Chorioretinal folds: associated disorders and a related maculopathy.

Author information

1
Department of Ophthalmology, Emory University, Atlanta, Georgia. Electronic address: tolsen@emory.edu.
2
Department of Ophthalmology, Emory University, Atlanta, Georgia.

Abstract

PURPOSE:

To describe a series of chorioretinal folds (CRFs) representing a clinical sign that may be associated with multiple systemic, orbital, and ophthalmologic disorders. We report the associations with systemic disease and describe 3 stages of a CRF-related maculopathy.

DESIGN:

Observational, retrospective case series.

METHODS:

We reviewed 57 affected eyes from 40 patients with the clinical sign of CRF from 1 of 2 academic institutions. A careful review of the medical histories and systemic diagnostic evaluations were conducted. Imaging studies were conducted.

RESULTS:

The mean age at diagnosis was 64 ± 17 years. Most eyes (n = 18) were hyperopic (+2.60 ± +2.90 diopters). There were 20 patients (50%) with some form of autoimmune disorder. Overall, the mean presenting visual acuity was 20/50, declining slightly to 20/60 over 19 ± 30 months.
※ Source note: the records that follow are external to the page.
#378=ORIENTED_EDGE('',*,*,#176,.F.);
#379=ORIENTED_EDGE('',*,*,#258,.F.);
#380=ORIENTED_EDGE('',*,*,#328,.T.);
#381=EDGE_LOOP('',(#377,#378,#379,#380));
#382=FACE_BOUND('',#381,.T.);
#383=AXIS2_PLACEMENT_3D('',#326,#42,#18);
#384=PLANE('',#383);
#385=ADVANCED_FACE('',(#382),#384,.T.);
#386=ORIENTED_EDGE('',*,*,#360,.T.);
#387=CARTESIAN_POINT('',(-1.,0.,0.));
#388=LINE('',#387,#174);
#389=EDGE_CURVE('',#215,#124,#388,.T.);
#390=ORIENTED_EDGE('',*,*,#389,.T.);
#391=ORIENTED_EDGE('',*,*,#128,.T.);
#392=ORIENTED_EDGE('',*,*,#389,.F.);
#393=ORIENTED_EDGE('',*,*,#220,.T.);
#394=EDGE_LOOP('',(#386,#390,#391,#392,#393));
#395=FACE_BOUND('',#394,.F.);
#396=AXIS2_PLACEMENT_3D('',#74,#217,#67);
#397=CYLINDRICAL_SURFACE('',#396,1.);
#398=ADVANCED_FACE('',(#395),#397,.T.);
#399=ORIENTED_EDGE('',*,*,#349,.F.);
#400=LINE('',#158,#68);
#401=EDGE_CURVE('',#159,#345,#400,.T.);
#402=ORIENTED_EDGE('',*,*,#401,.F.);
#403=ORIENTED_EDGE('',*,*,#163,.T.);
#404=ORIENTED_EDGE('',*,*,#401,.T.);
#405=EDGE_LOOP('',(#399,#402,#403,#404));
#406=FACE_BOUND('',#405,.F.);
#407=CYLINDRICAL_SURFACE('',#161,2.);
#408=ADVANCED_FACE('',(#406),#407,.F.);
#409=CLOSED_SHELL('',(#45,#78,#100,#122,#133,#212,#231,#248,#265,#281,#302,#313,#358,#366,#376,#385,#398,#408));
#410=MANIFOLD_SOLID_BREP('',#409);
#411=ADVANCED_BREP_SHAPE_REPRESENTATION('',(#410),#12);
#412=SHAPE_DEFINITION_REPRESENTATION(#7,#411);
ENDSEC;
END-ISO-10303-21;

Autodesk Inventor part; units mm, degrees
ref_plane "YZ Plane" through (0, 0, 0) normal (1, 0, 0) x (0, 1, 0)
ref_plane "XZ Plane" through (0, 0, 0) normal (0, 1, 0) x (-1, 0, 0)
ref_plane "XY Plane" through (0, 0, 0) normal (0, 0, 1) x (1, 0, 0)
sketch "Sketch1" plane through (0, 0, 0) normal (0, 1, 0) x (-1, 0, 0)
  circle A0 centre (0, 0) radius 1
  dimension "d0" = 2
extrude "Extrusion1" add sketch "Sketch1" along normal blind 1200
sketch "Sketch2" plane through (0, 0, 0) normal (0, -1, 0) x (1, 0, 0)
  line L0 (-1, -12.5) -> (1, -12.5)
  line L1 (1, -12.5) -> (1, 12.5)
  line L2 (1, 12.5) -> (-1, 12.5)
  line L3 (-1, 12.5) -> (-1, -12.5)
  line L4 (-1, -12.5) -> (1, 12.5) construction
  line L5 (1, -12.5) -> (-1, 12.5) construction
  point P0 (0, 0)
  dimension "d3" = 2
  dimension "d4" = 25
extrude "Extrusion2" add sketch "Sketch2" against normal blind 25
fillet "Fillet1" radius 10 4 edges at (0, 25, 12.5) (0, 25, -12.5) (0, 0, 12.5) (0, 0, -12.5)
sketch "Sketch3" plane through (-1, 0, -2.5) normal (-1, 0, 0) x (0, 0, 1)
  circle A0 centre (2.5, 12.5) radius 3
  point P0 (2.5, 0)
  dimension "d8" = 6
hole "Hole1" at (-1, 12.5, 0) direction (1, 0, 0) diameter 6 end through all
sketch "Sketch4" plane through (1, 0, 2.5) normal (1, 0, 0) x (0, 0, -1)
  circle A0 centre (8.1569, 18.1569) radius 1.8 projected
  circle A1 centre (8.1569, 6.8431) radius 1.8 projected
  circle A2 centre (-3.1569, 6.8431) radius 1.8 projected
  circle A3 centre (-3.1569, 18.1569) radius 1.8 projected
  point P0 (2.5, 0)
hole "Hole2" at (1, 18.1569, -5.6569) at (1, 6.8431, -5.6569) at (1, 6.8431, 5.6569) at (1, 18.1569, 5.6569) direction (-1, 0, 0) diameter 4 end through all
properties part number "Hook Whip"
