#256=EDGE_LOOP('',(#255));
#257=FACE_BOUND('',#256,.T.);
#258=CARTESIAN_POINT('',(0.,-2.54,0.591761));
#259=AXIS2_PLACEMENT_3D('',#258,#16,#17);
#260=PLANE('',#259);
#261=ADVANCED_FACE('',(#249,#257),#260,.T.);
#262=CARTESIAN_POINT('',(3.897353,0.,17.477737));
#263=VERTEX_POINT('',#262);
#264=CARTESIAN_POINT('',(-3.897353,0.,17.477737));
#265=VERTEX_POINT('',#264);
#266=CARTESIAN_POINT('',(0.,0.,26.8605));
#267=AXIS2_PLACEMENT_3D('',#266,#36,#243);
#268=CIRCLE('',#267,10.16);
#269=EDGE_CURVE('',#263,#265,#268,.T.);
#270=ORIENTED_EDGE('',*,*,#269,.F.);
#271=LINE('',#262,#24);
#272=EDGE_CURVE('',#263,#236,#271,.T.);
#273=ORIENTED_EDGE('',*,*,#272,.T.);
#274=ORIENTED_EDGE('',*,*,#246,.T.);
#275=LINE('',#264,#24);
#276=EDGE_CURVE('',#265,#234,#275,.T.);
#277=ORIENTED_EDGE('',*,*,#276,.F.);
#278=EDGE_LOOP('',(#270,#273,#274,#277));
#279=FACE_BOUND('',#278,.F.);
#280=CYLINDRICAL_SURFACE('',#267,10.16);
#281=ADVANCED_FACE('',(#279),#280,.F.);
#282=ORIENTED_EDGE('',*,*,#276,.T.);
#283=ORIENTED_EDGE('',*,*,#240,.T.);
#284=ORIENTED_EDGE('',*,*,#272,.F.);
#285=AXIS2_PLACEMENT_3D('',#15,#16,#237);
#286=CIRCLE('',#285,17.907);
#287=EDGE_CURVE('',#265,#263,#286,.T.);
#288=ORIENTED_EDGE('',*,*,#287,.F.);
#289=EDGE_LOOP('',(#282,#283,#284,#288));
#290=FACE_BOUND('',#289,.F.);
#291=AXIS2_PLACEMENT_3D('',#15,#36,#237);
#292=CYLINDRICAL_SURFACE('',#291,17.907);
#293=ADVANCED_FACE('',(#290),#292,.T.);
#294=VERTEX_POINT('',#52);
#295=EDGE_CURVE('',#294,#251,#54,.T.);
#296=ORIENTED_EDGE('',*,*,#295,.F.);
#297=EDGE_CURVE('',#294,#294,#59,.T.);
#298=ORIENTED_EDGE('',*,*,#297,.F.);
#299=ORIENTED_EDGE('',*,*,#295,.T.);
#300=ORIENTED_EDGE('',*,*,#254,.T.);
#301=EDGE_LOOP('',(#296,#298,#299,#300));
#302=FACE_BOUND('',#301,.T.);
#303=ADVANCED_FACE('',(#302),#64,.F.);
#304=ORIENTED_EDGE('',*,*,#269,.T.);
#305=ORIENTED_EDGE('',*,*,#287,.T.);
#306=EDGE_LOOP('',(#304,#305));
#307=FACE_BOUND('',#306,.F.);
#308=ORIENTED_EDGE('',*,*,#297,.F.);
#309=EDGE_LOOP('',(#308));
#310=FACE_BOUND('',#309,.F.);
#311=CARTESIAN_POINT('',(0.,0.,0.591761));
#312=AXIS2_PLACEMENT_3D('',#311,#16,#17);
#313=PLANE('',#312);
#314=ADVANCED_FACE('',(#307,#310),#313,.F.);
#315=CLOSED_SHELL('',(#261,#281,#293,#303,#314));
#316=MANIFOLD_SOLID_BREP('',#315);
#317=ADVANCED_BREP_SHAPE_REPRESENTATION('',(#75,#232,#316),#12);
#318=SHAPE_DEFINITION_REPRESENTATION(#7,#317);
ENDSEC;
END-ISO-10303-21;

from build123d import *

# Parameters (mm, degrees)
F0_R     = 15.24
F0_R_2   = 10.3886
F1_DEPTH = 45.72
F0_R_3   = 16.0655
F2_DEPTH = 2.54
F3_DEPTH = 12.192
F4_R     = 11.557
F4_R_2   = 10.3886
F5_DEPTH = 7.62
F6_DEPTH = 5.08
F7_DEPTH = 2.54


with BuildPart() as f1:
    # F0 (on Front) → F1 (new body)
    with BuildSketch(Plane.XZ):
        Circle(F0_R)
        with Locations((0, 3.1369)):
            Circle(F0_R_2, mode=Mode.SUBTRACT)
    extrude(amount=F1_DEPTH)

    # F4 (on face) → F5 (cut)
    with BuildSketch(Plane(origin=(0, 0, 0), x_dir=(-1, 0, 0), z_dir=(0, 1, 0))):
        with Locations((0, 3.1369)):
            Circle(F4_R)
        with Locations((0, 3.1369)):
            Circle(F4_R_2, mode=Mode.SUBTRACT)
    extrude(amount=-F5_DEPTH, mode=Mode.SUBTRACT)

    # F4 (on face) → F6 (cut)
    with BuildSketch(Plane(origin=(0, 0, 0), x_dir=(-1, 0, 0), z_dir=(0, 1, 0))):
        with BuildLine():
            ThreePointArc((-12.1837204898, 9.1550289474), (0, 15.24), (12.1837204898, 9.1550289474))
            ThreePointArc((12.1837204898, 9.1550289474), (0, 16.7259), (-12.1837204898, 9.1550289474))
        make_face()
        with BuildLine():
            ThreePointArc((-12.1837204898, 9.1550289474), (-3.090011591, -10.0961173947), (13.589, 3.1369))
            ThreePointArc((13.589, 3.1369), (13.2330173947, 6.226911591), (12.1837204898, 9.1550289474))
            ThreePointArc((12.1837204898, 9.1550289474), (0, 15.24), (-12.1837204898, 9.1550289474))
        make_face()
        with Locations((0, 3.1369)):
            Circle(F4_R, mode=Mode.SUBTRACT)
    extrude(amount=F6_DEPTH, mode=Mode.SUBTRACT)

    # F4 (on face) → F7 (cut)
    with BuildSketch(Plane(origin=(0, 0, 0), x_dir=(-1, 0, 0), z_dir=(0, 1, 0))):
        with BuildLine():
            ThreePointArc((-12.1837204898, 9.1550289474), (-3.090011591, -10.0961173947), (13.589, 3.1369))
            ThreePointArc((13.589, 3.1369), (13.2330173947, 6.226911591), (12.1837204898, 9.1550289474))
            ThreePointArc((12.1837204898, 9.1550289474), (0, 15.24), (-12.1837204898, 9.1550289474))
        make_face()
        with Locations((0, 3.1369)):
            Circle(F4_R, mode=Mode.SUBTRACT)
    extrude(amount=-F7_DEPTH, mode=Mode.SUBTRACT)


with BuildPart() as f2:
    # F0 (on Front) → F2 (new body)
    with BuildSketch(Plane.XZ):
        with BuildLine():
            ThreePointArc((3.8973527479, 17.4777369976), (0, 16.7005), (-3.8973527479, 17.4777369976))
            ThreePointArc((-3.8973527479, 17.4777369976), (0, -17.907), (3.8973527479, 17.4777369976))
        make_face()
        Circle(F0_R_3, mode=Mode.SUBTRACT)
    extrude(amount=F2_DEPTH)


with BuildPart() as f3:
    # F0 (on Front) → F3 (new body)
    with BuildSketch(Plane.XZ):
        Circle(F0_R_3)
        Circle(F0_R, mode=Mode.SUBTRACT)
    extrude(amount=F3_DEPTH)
Ten eyes had stage 3 CRF-related maculopathy, more common in older individuals with more chronic CRFs. Four stage 3 eyes had associated choroidal neovascularization, and these eyes had 20/60 presenting visual acuity that decreased to 20/100 over approximately 1.5 years. Stage 3 eyes without choroidal neovascularization had a mean presenting visual acuity of 20/40 that decreased to 20/65 over 2.1 years.

CONCLUSIONS:

CRFs are associated with numerous ophthalmic and systemic disorders. A careful medical history and evaluation are essential. We describe 3 stages of a unique CRF-related maculopathy. Stage 3 resembles occult choroidal neovascularization, occurs primarily in older individuals with chronic CRFs, and is accompanied by a slow deterioration in central acuity.

PMID:
24531022
DOI:
10.1016/j.ajo.2014.02.021
[Indexed for MEDLINE]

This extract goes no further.